Papa, c’était « Le Vieux » de Daniel Guichard. Pardessus rapé et tristesse infinie de nous confier à Sarah, la Directrice de notre nouvelle maison.
Une maison d’enfants dans laquelle il faudrait grandir un peu plus vite.
J’avais sept ans. Je suis sorti à dix neuf ans. Je ne m’attarderai pas sur cette période. Pas de mauvais souvenirs. Pas de très bons non plus. Sauf, les vacances à Marseille, tous les ans. Les premiers amours. Les premiers vents aussi. Pas les derniers.
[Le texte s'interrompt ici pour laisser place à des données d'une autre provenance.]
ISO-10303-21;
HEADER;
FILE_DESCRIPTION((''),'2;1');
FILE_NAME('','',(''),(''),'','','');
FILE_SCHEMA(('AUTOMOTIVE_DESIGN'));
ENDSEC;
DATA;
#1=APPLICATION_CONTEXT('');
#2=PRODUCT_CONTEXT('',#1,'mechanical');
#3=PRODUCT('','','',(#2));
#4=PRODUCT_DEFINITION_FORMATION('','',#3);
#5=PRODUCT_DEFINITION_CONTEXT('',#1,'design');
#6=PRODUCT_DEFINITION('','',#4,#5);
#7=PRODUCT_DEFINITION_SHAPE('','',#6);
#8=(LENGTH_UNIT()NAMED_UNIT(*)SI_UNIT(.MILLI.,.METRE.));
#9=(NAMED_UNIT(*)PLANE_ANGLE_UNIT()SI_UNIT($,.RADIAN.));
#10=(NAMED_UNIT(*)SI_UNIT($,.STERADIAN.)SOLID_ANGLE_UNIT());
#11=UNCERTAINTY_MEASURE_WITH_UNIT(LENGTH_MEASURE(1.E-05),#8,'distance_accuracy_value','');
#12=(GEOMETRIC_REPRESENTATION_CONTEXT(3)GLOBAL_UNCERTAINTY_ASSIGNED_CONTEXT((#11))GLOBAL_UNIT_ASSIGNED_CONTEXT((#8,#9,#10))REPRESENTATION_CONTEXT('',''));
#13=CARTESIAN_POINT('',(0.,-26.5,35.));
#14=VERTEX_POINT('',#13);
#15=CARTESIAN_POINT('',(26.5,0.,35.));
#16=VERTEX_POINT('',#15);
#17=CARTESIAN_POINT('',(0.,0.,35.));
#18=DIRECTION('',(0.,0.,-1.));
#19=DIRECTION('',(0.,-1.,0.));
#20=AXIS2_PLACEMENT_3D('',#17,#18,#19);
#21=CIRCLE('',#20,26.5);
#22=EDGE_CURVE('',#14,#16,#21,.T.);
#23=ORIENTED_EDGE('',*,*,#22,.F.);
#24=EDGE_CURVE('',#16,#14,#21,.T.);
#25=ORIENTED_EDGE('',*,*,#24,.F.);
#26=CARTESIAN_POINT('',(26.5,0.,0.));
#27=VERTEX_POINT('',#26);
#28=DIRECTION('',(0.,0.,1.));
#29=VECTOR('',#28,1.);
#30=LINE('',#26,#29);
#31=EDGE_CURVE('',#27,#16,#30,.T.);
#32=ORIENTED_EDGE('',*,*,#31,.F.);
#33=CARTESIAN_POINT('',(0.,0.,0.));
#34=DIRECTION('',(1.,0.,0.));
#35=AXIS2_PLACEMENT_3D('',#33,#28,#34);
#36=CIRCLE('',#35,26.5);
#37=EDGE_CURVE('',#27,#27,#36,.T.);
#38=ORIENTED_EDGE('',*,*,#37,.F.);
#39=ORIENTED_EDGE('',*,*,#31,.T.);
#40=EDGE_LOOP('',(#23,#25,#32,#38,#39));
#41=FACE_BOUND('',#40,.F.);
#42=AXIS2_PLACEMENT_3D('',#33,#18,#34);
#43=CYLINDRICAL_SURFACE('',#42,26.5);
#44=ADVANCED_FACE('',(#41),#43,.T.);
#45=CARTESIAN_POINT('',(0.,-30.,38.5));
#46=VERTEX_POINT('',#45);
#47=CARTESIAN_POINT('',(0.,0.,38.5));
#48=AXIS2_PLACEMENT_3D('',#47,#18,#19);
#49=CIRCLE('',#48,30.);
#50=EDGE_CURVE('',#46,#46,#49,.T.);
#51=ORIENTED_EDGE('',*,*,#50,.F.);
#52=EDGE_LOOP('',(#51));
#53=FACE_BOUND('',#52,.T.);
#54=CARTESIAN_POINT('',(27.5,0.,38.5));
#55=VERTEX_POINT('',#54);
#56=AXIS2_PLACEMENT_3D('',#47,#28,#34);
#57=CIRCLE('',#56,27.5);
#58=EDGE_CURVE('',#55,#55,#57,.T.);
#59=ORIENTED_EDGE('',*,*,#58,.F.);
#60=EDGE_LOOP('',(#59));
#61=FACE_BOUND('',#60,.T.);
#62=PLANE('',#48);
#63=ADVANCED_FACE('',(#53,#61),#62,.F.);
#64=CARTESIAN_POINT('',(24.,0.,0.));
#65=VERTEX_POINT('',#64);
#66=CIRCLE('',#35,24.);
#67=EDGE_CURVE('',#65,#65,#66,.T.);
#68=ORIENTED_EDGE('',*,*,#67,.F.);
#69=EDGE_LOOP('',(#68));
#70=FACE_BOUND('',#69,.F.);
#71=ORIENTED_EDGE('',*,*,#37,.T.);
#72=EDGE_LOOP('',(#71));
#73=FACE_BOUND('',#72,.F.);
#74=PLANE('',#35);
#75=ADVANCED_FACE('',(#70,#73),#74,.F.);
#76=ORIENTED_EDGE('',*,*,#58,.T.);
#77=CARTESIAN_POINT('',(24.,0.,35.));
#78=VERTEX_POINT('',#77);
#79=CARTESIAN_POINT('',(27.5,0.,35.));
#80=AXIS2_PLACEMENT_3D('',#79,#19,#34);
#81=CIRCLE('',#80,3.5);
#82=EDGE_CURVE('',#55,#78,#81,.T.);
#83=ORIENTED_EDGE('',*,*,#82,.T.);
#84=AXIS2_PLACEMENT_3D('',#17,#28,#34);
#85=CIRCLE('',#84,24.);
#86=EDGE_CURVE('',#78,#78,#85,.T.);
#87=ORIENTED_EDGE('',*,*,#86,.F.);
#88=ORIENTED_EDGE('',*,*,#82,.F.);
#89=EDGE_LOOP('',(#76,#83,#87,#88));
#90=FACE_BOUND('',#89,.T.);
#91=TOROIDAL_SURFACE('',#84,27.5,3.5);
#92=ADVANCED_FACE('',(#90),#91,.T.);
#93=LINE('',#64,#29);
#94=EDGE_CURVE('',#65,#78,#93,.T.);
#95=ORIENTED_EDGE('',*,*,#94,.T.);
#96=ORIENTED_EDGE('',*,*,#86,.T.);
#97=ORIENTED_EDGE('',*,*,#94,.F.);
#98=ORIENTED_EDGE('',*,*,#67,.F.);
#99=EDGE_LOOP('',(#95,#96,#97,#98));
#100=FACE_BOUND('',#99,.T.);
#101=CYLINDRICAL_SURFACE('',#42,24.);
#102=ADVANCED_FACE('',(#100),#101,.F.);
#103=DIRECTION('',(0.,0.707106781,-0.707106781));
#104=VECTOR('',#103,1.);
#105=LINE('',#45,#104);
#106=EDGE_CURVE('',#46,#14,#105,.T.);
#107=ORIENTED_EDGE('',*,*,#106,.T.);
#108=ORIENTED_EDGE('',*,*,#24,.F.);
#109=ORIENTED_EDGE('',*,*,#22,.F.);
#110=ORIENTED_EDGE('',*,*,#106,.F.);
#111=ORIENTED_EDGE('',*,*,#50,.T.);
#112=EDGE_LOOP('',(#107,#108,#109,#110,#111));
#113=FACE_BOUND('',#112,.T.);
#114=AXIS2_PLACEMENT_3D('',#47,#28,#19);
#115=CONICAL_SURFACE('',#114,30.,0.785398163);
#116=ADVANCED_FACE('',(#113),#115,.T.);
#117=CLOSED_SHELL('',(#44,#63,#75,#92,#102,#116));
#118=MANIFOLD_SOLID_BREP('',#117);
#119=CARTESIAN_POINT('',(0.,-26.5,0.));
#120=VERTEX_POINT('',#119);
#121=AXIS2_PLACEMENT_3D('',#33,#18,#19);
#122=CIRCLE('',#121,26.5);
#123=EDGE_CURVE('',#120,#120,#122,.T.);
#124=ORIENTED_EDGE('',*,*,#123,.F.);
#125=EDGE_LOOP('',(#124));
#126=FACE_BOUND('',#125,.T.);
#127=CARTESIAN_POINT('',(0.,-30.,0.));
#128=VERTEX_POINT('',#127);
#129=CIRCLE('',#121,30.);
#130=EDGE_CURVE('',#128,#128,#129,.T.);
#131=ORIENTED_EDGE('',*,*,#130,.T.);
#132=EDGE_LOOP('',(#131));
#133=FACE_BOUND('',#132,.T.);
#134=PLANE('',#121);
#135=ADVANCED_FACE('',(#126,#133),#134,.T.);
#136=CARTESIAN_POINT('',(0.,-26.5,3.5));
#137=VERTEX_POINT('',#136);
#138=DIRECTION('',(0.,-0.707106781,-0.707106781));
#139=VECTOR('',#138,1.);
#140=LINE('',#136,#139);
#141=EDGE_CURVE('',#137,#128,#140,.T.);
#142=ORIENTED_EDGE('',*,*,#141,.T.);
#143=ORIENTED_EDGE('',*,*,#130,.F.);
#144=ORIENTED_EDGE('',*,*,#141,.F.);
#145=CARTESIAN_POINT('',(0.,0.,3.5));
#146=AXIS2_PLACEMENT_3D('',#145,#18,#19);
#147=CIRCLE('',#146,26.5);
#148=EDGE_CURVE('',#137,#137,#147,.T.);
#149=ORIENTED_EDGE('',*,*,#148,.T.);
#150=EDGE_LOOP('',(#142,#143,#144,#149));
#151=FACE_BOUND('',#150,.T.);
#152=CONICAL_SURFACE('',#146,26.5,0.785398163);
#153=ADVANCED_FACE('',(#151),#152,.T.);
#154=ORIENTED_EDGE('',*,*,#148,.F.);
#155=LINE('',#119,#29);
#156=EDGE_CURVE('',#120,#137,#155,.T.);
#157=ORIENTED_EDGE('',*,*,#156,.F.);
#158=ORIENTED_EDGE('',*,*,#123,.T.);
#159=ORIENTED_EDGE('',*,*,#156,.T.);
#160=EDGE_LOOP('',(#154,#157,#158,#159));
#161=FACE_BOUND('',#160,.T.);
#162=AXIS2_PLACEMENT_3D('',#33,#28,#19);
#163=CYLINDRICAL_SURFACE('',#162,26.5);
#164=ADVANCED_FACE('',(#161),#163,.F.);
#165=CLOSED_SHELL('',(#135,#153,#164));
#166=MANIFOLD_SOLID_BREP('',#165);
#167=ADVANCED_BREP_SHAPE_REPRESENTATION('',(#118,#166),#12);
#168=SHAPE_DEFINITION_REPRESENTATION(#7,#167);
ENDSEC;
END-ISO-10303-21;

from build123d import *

# Parameters (mm, degrees)
F2_R     = 26.5
F2_R_2   = 24
F3_DEPTH = 38.5
F7_R     = 3.5


with BuildPart() as f3:
    # F2 (on Top) → F3 (new body)
    with BuildSketch(Plane.XY):
        Circle(F2_R)
        Circle(F2_R_2, mode=Mode.SUBTRACT)
    extrude(amount=F3_DEPTH)

    # F4 (on Right) → F5 (revolve)
    with BuildSketch(Plane.YZ):
        Polygon((-30, 38.5), (-26.5, 35), (-26.5, 38.5), align=None)
    revolve(axis=Axis((0, 0, 19.25), (0, 0, -1)))

    # F7
    f7_edges = [f3.edges().sort_by_distance(p)[0] for p in [
        (-24, 0, 38.5),
    ]]
    fillet(f7_edges, radius=F7_R)


with BuildPart() as f6:
    # F4 (on Right) → F6 (revolve)
    with BuildSketch(Plane.YZ):
        Polygon((-30, 0), (-26.5, 0), (-26.5, 3.5), align=None)
    revolve(axis=Axis((0, 0, 0), (0, 0, -1)))


solid = Compound([f3.part, f6.part])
J’ai grandi sans faire de bruit. Sage comme une image. Ayant acquis cette assurance crasse des ados orgueilleux de leurs flirts naissants. Je m’en rends compte aujourd’hui.
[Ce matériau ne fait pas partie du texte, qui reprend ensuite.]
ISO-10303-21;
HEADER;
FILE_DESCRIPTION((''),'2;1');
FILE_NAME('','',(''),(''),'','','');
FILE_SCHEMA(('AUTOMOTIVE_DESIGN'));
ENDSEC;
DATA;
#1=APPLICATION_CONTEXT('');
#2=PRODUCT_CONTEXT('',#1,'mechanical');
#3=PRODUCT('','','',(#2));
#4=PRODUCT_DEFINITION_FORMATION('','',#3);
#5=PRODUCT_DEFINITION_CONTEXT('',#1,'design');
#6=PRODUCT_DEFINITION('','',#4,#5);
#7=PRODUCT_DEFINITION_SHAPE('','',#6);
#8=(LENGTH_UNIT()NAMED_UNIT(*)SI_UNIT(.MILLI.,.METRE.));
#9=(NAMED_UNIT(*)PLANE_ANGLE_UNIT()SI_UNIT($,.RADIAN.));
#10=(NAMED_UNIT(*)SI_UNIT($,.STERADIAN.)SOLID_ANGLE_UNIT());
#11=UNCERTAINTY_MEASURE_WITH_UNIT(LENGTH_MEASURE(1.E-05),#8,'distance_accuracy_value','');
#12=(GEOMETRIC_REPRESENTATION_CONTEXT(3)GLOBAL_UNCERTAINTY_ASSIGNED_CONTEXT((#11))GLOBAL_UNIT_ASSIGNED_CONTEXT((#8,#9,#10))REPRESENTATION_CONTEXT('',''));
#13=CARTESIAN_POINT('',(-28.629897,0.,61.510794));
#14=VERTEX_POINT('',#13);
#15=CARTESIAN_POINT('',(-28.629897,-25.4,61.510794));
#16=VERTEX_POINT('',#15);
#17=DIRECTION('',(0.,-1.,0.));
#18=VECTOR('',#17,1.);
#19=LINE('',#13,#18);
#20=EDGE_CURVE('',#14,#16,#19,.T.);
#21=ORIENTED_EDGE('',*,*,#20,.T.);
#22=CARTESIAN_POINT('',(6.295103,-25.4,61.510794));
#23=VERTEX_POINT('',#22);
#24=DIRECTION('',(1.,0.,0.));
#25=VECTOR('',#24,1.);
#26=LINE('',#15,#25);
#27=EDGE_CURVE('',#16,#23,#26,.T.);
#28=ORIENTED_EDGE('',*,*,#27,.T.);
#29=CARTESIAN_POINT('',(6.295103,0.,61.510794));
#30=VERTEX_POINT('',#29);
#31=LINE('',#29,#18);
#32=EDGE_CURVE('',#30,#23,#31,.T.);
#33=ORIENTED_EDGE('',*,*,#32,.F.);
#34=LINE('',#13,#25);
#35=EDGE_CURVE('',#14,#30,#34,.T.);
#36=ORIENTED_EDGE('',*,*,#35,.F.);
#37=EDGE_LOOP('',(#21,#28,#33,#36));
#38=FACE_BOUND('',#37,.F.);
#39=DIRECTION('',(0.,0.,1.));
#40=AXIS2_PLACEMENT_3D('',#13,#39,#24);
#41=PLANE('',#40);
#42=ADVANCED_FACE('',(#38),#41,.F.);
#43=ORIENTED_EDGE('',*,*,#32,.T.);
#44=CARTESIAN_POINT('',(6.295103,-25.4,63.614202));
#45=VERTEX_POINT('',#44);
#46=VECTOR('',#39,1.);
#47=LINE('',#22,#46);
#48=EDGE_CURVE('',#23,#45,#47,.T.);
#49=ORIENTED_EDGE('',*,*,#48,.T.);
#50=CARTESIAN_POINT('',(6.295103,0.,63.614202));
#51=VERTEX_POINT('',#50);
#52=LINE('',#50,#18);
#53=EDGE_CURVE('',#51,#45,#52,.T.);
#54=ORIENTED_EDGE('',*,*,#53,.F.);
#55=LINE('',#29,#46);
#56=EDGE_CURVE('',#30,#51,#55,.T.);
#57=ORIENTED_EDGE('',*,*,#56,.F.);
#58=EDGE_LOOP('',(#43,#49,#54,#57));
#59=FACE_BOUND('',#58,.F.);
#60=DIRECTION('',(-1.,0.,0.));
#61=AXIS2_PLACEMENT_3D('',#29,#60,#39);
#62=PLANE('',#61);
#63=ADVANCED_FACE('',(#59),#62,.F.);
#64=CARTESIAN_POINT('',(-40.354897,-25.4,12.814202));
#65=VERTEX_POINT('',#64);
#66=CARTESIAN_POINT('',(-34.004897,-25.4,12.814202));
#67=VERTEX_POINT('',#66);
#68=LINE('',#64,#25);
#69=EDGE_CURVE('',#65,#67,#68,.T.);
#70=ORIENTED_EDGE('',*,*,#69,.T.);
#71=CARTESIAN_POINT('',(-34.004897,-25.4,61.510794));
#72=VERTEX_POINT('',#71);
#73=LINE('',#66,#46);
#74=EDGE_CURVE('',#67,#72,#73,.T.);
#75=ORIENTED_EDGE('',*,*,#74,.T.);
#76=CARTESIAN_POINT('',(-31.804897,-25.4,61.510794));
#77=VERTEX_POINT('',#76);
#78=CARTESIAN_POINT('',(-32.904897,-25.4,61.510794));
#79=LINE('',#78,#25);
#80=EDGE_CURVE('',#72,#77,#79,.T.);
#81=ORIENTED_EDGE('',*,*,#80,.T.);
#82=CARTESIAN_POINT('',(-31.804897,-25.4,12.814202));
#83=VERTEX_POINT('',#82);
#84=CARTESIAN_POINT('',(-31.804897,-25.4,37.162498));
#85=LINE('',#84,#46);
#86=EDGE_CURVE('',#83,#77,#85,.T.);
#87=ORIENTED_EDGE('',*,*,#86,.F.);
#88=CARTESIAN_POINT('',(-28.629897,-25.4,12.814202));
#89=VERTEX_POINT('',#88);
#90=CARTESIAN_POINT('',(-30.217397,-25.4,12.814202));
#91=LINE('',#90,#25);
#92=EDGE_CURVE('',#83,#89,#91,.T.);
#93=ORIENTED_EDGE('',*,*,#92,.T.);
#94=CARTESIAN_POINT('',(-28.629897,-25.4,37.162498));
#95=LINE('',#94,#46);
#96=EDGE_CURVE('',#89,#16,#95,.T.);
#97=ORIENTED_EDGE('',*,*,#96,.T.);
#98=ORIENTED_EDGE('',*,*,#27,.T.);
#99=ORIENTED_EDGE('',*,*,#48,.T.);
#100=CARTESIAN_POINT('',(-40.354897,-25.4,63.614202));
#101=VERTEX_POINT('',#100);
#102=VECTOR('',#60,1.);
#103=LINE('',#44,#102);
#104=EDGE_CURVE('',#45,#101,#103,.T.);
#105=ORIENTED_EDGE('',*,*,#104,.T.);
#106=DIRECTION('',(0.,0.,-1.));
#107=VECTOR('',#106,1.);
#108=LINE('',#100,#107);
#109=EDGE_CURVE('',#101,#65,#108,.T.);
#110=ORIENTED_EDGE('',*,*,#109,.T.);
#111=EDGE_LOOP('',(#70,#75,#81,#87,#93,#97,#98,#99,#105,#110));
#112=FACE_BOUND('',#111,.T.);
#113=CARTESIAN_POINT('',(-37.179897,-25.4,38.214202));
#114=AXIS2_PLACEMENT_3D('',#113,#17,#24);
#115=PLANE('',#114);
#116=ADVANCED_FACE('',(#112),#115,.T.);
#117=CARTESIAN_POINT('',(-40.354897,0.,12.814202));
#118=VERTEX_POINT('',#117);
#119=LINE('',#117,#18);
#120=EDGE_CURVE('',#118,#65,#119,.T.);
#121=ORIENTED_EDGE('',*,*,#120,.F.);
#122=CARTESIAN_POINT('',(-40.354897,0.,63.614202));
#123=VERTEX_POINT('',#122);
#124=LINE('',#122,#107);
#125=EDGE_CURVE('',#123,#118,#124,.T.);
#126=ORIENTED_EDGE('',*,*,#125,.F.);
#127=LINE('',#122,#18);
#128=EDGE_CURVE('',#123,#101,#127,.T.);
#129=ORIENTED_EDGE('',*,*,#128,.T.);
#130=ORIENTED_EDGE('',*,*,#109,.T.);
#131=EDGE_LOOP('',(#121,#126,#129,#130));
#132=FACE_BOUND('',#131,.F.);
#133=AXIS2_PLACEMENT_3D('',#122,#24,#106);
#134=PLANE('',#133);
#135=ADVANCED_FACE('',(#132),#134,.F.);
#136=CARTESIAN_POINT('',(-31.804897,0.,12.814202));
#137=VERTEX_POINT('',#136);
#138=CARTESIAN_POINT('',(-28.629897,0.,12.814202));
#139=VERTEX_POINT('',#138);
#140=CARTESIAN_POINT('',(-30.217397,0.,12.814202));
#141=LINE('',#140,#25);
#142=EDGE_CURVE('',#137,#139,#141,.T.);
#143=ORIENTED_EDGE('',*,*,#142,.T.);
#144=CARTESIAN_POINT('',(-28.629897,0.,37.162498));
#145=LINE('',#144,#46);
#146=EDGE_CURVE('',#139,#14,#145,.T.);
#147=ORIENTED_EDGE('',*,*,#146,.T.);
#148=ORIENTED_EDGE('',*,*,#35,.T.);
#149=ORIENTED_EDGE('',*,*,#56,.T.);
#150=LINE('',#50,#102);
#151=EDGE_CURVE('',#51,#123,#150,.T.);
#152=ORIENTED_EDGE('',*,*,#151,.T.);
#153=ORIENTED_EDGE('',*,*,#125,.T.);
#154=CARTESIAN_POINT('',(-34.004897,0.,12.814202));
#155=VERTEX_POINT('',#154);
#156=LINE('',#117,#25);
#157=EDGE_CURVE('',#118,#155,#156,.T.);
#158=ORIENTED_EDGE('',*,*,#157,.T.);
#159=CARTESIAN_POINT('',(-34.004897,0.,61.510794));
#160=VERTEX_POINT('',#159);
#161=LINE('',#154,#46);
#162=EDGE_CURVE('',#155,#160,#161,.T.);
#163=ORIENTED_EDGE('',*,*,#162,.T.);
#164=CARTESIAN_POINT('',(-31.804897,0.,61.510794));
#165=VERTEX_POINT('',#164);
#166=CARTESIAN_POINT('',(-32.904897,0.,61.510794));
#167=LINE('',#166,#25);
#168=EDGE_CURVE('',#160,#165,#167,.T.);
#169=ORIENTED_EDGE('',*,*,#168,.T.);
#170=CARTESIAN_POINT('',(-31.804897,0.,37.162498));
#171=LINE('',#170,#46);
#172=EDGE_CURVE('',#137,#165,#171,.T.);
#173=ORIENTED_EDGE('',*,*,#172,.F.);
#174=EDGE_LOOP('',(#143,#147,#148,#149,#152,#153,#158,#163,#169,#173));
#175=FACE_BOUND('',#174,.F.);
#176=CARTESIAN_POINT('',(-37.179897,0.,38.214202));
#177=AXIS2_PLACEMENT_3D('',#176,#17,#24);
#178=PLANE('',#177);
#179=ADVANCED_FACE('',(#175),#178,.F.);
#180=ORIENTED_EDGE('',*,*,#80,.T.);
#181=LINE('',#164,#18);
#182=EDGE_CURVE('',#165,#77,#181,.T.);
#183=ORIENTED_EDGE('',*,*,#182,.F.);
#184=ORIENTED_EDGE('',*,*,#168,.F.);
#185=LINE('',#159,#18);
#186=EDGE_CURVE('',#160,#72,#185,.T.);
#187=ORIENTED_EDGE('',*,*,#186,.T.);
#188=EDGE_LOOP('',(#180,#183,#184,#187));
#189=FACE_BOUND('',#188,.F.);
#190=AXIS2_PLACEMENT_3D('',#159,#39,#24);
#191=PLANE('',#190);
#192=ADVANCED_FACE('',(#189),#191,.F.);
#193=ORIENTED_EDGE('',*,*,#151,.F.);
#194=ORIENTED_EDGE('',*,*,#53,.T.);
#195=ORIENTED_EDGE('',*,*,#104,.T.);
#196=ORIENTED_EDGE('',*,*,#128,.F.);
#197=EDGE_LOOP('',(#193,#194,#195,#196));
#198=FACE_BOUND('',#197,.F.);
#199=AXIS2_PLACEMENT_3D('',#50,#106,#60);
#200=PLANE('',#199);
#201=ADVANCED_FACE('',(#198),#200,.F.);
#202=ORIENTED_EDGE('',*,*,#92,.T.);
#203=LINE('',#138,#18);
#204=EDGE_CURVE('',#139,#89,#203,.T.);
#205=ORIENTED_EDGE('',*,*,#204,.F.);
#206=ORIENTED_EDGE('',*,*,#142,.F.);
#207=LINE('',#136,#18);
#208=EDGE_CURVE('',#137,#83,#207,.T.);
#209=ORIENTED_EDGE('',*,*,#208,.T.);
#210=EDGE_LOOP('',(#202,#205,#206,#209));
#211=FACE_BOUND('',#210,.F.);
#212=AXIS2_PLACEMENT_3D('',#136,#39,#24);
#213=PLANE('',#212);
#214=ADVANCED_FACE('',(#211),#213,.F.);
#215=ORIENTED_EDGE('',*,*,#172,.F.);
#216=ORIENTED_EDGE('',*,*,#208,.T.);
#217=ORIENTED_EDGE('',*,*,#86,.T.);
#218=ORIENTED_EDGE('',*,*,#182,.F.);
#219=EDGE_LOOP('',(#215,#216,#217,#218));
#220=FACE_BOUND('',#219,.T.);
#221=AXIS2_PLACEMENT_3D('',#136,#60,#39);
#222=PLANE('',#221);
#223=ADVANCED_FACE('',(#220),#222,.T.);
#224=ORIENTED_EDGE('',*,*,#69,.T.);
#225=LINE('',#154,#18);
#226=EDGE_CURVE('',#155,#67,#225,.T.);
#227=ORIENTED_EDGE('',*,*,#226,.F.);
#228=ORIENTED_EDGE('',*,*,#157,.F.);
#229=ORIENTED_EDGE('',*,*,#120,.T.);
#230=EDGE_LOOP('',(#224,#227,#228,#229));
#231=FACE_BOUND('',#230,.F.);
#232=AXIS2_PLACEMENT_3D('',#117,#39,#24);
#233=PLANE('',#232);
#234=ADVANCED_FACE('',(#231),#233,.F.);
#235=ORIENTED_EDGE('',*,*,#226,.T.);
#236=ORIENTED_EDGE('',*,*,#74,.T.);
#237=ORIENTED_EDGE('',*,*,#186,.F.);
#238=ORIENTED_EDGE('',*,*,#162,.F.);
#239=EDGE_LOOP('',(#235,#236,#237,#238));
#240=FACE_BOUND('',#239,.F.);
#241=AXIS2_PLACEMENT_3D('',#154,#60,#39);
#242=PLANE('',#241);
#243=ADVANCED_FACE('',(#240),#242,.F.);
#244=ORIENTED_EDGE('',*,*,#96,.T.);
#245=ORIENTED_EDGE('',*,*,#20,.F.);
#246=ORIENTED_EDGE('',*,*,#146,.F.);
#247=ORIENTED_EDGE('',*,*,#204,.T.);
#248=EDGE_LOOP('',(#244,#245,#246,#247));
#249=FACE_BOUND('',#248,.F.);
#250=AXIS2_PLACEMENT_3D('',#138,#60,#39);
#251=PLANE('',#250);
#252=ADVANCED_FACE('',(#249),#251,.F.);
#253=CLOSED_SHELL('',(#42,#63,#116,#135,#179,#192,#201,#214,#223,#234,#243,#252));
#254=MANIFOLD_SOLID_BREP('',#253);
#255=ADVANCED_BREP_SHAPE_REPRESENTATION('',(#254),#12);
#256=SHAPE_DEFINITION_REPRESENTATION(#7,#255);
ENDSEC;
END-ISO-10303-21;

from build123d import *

# Parameters (mm, degrees)
F0_W     = 3.175
F0_H     = 48.696592
F0_W_2   = 2.2
F0_H_2   = 2.103408
F1_DEPTH = 25.4


with BuildPart() as f1:
    # F0 (on Front) → F1 (new body)
    with BuildSketch(Plane.XZ):
        Polygon((-40.354897, 12.814202), (-34.004897, 12.814202), (-34.004897, 61.510794), (-34.004897, 63.614202), (-40.354897, 63.614202), align=None)
        with Locations((-30.217397, 37.162498)):
            Rectangle(F0_W, F0_H)
        with Locations((-32.904897, 62.562498)):
            Rectangle(F0_W_2, F0_H_2)
        Polygon((-31.804897, 63.614202), (-31.804897, 61.510794), (-28.629897, 61.510794), (6.295103, 61.510794), (6.295103, 63.614202), align=None)
    extrude(amount=F1_DEPTH)


solid = f1.part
Maman et Papa sont partis vite, très vite, sans nous avoir appris les codes.
Il m’en restera, pendant des années, la sensation de n’être jamais à l’aise dans la société ordinaire.
Dimanche 02 Juillet
Monsieur ! Billet s’il vous plait !
Je me suis endormi. Dans le train pour Paris.
Je vais chez ma sœur. Tant de personnes à voir. Ma famille, mes amis.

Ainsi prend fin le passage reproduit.